Um pouco de esquizofrenia
Os jornais costumam oferecer espaços distintos para reportagens sobre a economia em geral e sobre negócios em particular.
No noticiário sobre negócios, o que se lê, há doze meses, é uma sucessão quase ininterrupta de conquistas, balanços positivos, recordes de produção e produtividade e anúncios de grandes investimentos.
Um dos eixos dessa maré de crescimento é o setor siderúrgico, que produziu muitas páginas de notícias nos últimos meses.
Mais recentemente, as manchetes do noticiário sobre negócios giram em torno da disputa pelo controle da operadora de telefonia Vivo.
A espanhola Telefonica vinha há meses fazendo gestões para comprar da Portugal Telecom sua parcela na Vivo.
O governo português entrou na disputa, para impedir que uma empresa de seu país ficasse de fora do prodigioso mercado brasileiro.
Na última semana, os entendimentos se fizeram. A Telefonica fica com a Vivo e a Portugal Telecom segue no Brasil, agora a bordo da OI.
Na Folha de S.Paulo desta sexta-feira, a manchete do caderno “Mercado” anuncia: “Teles devem investir R$ 200 bilhões até 2.018”.

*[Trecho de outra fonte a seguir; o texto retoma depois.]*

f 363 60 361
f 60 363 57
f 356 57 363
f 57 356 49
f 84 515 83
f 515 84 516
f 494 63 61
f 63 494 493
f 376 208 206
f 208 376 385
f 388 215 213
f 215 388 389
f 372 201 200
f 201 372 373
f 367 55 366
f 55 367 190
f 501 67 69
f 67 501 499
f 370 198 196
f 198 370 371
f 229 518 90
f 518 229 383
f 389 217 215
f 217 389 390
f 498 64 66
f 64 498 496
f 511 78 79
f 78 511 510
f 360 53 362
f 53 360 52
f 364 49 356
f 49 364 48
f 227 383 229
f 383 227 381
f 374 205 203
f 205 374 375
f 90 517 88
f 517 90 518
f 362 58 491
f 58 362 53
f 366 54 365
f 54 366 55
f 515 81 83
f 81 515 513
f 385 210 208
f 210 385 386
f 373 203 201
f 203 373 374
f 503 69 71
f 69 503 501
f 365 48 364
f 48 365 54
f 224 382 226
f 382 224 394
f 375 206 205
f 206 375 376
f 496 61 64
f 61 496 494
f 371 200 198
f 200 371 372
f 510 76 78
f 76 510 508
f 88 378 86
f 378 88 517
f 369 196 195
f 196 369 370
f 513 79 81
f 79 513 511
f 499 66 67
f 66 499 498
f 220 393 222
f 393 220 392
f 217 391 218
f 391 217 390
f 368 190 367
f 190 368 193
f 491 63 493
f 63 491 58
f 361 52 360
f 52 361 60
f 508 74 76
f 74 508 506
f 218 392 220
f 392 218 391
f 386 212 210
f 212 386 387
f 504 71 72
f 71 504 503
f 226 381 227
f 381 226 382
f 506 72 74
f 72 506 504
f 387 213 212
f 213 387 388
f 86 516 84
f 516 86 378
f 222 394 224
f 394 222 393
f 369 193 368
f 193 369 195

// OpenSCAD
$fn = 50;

Em três páginas, o jornal informa que o Brasil será o principal destino de investimentos estrangeiros em telecomunicações na próxima década e que o setor ainda está longe da consolidação.
O Estado de S.Paulo noticia, no mesmo dia, que o lucro da Vale subiu 344% no segundo trimestre deste ano e que a gigante dos minérios segue com fome de novos negócios e faz oferta para aquisição da Paranapanema, líder na fabricação de cobre refinado no Brasil.

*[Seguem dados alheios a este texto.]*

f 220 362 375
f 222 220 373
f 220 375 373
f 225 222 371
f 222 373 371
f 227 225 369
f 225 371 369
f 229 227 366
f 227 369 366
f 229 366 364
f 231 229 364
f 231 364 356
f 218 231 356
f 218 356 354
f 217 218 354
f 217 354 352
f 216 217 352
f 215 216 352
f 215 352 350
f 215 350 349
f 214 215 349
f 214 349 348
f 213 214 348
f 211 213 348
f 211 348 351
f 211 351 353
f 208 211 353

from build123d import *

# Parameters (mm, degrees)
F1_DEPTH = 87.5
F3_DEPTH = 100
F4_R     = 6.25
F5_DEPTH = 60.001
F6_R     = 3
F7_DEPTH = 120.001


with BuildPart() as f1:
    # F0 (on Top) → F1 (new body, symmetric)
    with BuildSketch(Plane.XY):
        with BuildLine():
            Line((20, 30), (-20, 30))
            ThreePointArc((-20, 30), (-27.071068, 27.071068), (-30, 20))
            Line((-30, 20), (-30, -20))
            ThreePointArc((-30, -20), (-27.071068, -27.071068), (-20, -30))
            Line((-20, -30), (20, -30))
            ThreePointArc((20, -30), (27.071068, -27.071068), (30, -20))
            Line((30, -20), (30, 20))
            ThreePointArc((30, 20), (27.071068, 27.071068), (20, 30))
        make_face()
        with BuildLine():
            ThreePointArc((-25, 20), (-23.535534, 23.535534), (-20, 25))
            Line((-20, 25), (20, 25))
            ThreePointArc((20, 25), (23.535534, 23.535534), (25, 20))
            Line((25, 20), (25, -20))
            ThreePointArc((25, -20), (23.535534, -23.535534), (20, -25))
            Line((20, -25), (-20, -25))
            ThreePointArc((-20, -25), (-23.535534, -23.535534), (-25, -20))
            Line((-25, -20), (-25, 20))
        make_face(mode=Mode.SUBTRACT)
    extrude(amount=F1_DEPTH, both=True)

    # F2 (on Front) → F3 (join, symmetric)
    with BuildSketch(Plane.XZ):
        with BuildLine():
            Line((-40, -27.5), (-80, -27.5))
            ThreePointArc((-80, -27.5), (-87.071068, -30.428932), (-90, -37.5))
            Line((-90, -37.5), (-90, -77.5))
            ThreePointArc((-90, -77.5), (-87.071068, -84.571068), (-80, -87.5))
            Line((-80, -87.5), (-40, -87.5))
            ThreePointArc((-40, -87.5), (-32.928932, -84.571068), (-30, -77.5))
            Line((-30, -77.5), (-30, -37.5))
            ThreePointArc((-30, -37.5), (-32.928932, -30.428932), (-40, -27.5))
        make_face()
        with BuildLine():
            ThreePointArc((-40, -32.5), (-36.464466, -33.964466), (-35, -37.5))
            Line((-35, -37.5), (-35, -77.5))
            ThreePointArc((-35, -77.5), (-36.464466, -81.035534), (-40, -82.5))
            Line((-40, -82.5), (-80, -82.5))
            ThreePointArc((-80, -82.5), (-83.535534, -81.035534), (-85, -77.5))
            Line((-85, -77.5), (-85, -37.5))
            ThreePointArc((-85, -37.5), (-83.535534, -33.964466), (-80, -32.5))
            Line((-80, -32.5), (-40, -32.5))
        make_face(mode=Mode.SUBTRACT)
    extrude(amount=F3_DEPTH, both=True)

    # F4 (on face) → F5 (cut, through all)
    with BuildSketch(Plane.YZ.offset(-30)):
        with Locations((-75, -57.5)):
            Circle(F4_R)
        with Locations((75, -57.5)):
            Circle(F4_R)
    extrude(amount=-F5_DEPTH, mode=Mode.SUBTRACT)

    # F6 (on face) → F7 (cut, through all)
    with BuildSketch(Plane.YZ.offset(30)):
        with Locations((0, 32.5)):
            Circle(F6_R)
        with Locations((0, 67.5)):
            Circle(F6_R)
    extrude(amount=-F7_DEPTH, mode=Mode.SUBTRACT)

Apesar de a febre das fusões e aquisições ter arrefecido um pouco após um ano de grandes negócios, os escritórios de advocacia especializada seguem trabalhando em ritmo alucinado.
Por esse motivo, alguns leitores se dizem curiosos com a manchete do jornal Valor Econômico, publicada no dia 26 deste mês.
“Estagnação da economia faz BC rever alta de juros”, dizia o título na primeira página.
O leitor no divã
Relendo os jornais de algumas semanas para cá, pode-se compreender a estranheza dos leitores.
Como, na maioria dos casos, o noticiário dos negócios é motivado pelas próprias empresas, através de suas assessorias de imprensa, a média das reportagens é quase sempre positiva, porque é do interesse das empresas anunciar seus êxitos, seus investimentos e seus planos de futuro.
Existem, evidentemente, os muitos casos em que as informações sobre negócios são colhidas pelos repórteres através de suas fontes e a partir de sua própria argúcia na observação do mercado, mas no geral o noticiário tem sido positivo, mesmo porque a economia está crescendo em ritmo acelerado e os resultados das empresas tendem a ser favoráveis.
Já o noticiário sobre a economia em geral, que deve refletir a complexidade maior e envolver a política econômica do governo e o estado do mundo, exige maior atenção do leitor.
Quando reproduzem reportagens e análises das principais publicações estrangeiras, como a revista britânica The Economist e o diário americano The Wall Street Journal, sobre a economia do Brasil, os jornais brasileiros costumam dar repercussão ao entusiasmo geral com a situação econômica nacional, principalmente quando comparada à situação de alguns países eurupeus.
Mas quando o noticiário é produzido aqui, o entusiasmo é menor.
No caso da manchete que provocou estranheza em alguns observadores, que não concordam com a expressão “estagnação da economia”, o noticiário se refere à controvérsia em torno da decisão do Banco Central de suspender a esperada elevação da taxa básica de juros.
Tudo começou com uma série de especulações na imprensa, que em alguns momentos chegou a um estado de alarme, sobre os riscos da volta da inflação.
O noticiário que se seguiu convenceu muita gente de que o Banco Central iria mudar o viés dos juros durante um período mais longo, como medida preventiva contra a inflação, que poderia ser provocada por um excessivo aquecimento da economia.
Mas o mercado não explodiu, a inflação continuou comportada, o Comitê de Política Monetária do Banco Central revisou as previsões de alta dos juros e os analistas do apocalipse sairam assobiando.
E o leitor?
Ora, o leitor que vá procurar um psiquiatra.